In fact, the vaccines will be so "safe" that the vaccine makers won´t cover any costs due to side-effects of their COVID-19 shots but will be indemnified in Europe and the USA (e.g. AstraZeneca or Sanofi have fixed such deals with the EU recently (7))! Don´t they trust in their own medications?? It is unacceptable that the taxpayers will have to pay those costs!
It is highly doubtable that the COVID-19 vaccine will be safe enough to take the risks of the vaccination, simply because there is not enough time to wait until very infrequent adverse effects will show up in clinical trials.
The overall mild disease COVID-19 (median infection fatality rate is 0,05% in people <70 (2)) does not require taking such risks.

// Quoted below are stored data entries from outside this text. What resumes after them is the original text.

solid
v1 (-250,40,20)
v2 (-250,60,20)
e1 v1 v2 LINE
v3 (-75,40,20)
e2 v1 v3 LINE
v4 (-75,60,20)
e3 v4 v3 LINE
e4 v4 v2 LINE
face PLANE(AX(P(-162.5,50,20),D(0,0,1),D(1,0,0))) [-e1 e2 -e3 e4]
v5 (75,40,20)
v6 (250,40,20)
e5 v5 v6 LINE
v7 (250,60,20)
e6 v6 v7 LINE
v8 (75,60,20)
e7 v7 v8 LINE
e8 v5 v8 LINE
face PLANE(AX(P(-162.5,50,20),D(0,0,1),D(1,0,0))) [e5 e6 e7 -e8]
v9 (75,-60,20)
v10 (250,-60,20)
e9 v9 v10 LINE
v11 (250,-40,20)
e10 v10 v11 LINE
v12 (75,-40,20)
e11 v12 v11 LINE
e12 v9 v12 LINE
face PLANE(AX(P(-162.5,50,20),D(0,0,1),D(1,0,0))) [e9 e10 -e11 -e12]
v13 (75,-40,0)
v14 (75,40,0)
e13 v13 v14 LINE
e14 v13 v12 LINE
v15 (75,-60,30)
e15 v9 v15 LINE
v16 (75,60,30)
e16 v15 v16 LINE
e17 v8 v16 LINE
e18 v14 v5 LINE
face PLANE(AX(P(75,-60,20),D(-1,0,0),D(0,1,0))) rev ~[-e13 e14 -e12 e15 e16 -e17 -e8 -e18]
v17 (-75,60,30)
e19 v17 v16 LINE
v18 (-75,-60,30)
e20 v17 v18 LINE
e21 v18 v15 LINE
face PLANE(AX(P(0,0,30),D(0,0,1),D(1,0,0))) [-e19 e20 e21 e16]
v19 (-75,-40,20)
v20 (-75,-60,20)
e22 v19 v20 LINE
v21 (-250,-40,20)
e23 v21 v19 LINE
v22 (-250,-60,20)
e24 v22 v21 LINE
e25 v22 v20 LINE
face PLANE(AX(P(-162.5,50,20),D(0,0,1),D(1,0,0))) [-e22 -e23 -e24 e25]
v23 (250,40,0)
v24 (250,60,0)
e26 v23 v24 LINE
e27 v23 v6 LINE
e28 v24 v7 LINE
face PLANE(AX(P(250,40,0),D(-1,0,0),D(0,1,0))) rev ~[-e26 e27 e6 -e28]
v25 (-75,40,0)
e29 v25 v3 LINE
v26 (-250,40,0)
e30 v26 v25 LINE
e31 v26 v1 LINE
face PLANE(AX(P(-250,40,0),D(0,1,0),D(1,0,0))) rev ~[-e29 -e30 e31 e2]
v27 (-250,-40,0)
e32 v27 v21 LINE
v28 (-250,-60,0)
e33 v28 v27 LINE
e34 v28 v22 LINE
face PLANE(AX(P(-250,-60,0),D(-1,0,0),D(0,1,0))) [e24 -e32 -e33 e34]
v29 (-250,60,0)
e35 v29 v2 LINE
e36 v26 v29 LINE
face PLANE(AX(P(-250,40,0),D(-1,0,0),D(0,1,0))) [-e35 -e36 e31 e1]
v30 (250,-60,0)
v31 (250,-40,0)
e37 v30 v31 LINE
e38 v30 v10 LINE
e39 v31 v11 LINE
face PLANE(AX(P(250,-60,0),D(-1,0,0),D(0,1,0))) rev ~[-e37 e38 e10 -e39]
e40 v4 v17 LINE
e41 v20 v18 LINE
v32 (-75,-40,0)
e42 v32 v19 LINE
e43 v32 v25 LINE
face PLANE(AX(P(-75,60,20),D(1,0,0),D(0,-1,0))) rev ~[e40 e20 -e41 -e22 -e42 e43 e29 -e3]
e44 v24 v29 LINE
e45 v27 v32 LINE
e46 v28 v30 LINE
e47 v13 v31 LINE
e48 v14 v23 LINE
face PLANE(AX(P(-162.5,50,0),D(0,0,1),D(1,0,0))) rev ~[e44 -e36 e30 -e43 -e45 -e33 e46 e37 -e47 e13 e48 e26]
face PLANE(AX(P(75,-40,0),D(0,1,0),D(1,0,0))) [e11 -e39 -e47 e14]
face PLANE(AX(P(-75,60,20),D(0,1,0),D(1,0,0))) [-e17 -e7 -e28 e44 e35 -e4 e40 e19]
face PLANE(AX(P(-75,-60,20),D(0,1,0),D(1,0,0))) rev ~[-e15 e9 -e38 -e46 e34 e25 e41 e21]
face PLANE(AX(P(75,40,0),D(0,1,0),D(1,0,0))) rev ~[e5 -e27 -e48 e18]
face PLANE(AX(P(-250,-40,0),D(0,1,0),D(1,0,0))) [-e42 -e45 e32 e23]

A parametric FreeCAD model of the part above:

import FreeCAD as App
import Part
import Sketcher
from FreeCAD import Vector


def add_polygon(sketch, points):
    """Adds a closed chain of lines whose ends are joined by coincident constraints."""
    first, n = sketch.GeometryCount, len(points)
    for a, b in zip(points, points[1:] + points[:1]):
        sketch.addGeometry(Part.LineSegment(App.Vector(*a, 0), App.Vector(*b, 0)), False)
    for i in range(n):
        sketch.addConstraint(Sketcher.Constraint("Coincident", first + i, 2, first + (i + 1) % n, 1))

doc = App.newDocument("Part")
params = doc.addObject("Spreadsheet::Sheet", "Params")
for row, (alias, value) in enumerate([
    ("sketch1_width", "175 mm"),
    ("sketch1_width2", "500 mm"),
    ("sketch1_height", "20 mm"),
    ("sketch1_height2", "80 mm"),
    ("pad1_length", "20 mm"),
    ("sketch2_width", "150 mm"),
    ("sketch2_height", "120 mm"),
    ("pad2_length", "10 mm"),
], start=1):
    params.set(f"A{row}", alias)
    params.set(f"B{row}", "=" + value)
    params.setAlias(f"B{row}", alias)

body = doc.addObject("PartDesign::Body", "Body")

# Sketch on XY plane
sketch1 = body.newObject("Sketcher::SketchObject", "Sketch")
sketch1.AttachmentSupport = (doc.getObject("XY_Plane"), [""])
sketch1.MapMode = "FlatFace"
add_polygon(sketch1, [(-250, 60), (-250, 40), (-75, 40), (-75, -40), (-250, -40), (-250, -60), (250, -60), (250, -40), (75, -40), (75, 40), (250, 40), (250, 60)])  # lines 0-11
sketch1.addConstraint([
    Sketcher.Constraint("Vertical", 0),
    Sketcher.Constraint("Horizontal", 1),
    Sketcher.Constraint("Vertical", 2),
    Sketcher.Constraint("Horizontal", 3),
    Sketcher.Constraint("Vertical", 4),
    Sketcher.Constraint("Horizontal", 5),
    Sketcher.Constraint("Vertical", 6),
    Sketcher.Constraint("Horizontal", 7),
    Sketcher.Constraint("Vertical", 8),
    Sketcher.Constraint("Horizontal", 9),
    Sketcher.Constraint("Vertical", 10),
    Sketcher.Constraint("Horizontal", 11),
    Sketcher.Constraint("Symmetric", 0, 2, 6, 2, -1, 1),
    Sketcher.Constraint("Symmetric", 2, 2, 8, 2, -1, 1),
    Sketcher.Constraint("Symmetric", 4, 2, 10, 2, -1, 1),
    Sketcher.Constraint("Symmetric", 3, 2, 6, 2, -2),
    Sketcher.Constraint("DistanceX", 1, 1, 1, 2, 175.0),
    Sketcher.Constraint("DistanceX", 5, 1, 5, 2, 500.0),
    Sketcher.Constraint("DistanceY", 0, 2, 0, 1, 20.0),
    Sketcher.Constraint("DistanceY", 2, 2, 2, 1, 80.0),
])
sketch1.setExpression("Constraints[28]", "Params.sketch1_width")
sketch1.setExpression("Constraints[29]", "Params.sketch1_width2")
sketch1.setExpression("Constraints[30]", "Params.sketch1_height")
sketch1.setExpression("Constraints[31]", "Params.sketch1_height2")
pad1 = body.newObject("PartDesign::Pad", "Pad")
pad1.Profile = sketch1
pad1.setExpression("Length", "Params.pad1_length")

# Sketch on XY plane
sketch2 = body.newObject("Sketcher::SketchObject", "Sketch001")
sketch2.AttachmentSupport = (doc.getObject("XY_Plane"), [""])
sketch2.MapMode = "FlatFace"
sketch2.AttachmentOffset = App.Placement(Vector(0, 0, 20), App.Rotation())
add_polygon(sketch2, [(75, 60), (-75, 60), (-75, -60), (75, -60)])  # lines 0-3
sketch2.addConstraint([
    Sketcher.Constraint("Horizontal", 0),
    Sketcher.Constraint("Vertical", 1),
    Sketcher.Constraint("Horizontal", 2),
    Sketcher.Constraint("Vertical", 3),
    Sketcher.Constraint("Symmetric", 0, 2, 2, 2, -1, 1),
    Sketcher.Constraint("DistanceX", 0, 2, 0, 1, 150.0),
    Sketcher.Constraint("DistanceY", 1, 2, 1, 1, 120.0),
])
sketch2.setExpression("Constraints[9]", "Params.sketch2_width")
sketch2.setExpression("Constraints[10]", "Params.sketch2_height")
pad2 = body.newObject("PartDesign::Pad", "Pad001")
pad2.Profile = sketch2
pad2.setExpression("Length", "Params.pad2_length")

doc.recompute()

If you as a politician want to reduce deaths from COVID-19, it is much better to protect the high-risk group (very old and/or vulnerable people) and having them stay at home and minimize social contacts, then to risk 100.000s of serious adverse reactions from mass vaccination programs, let alone all the other, not only economic costs from the panic spread like depressions, missed focus on other diseases,...
PS: The #leofinance tag was added because covid-19 and the way it is acted upon impacts the economy of our world as we know it.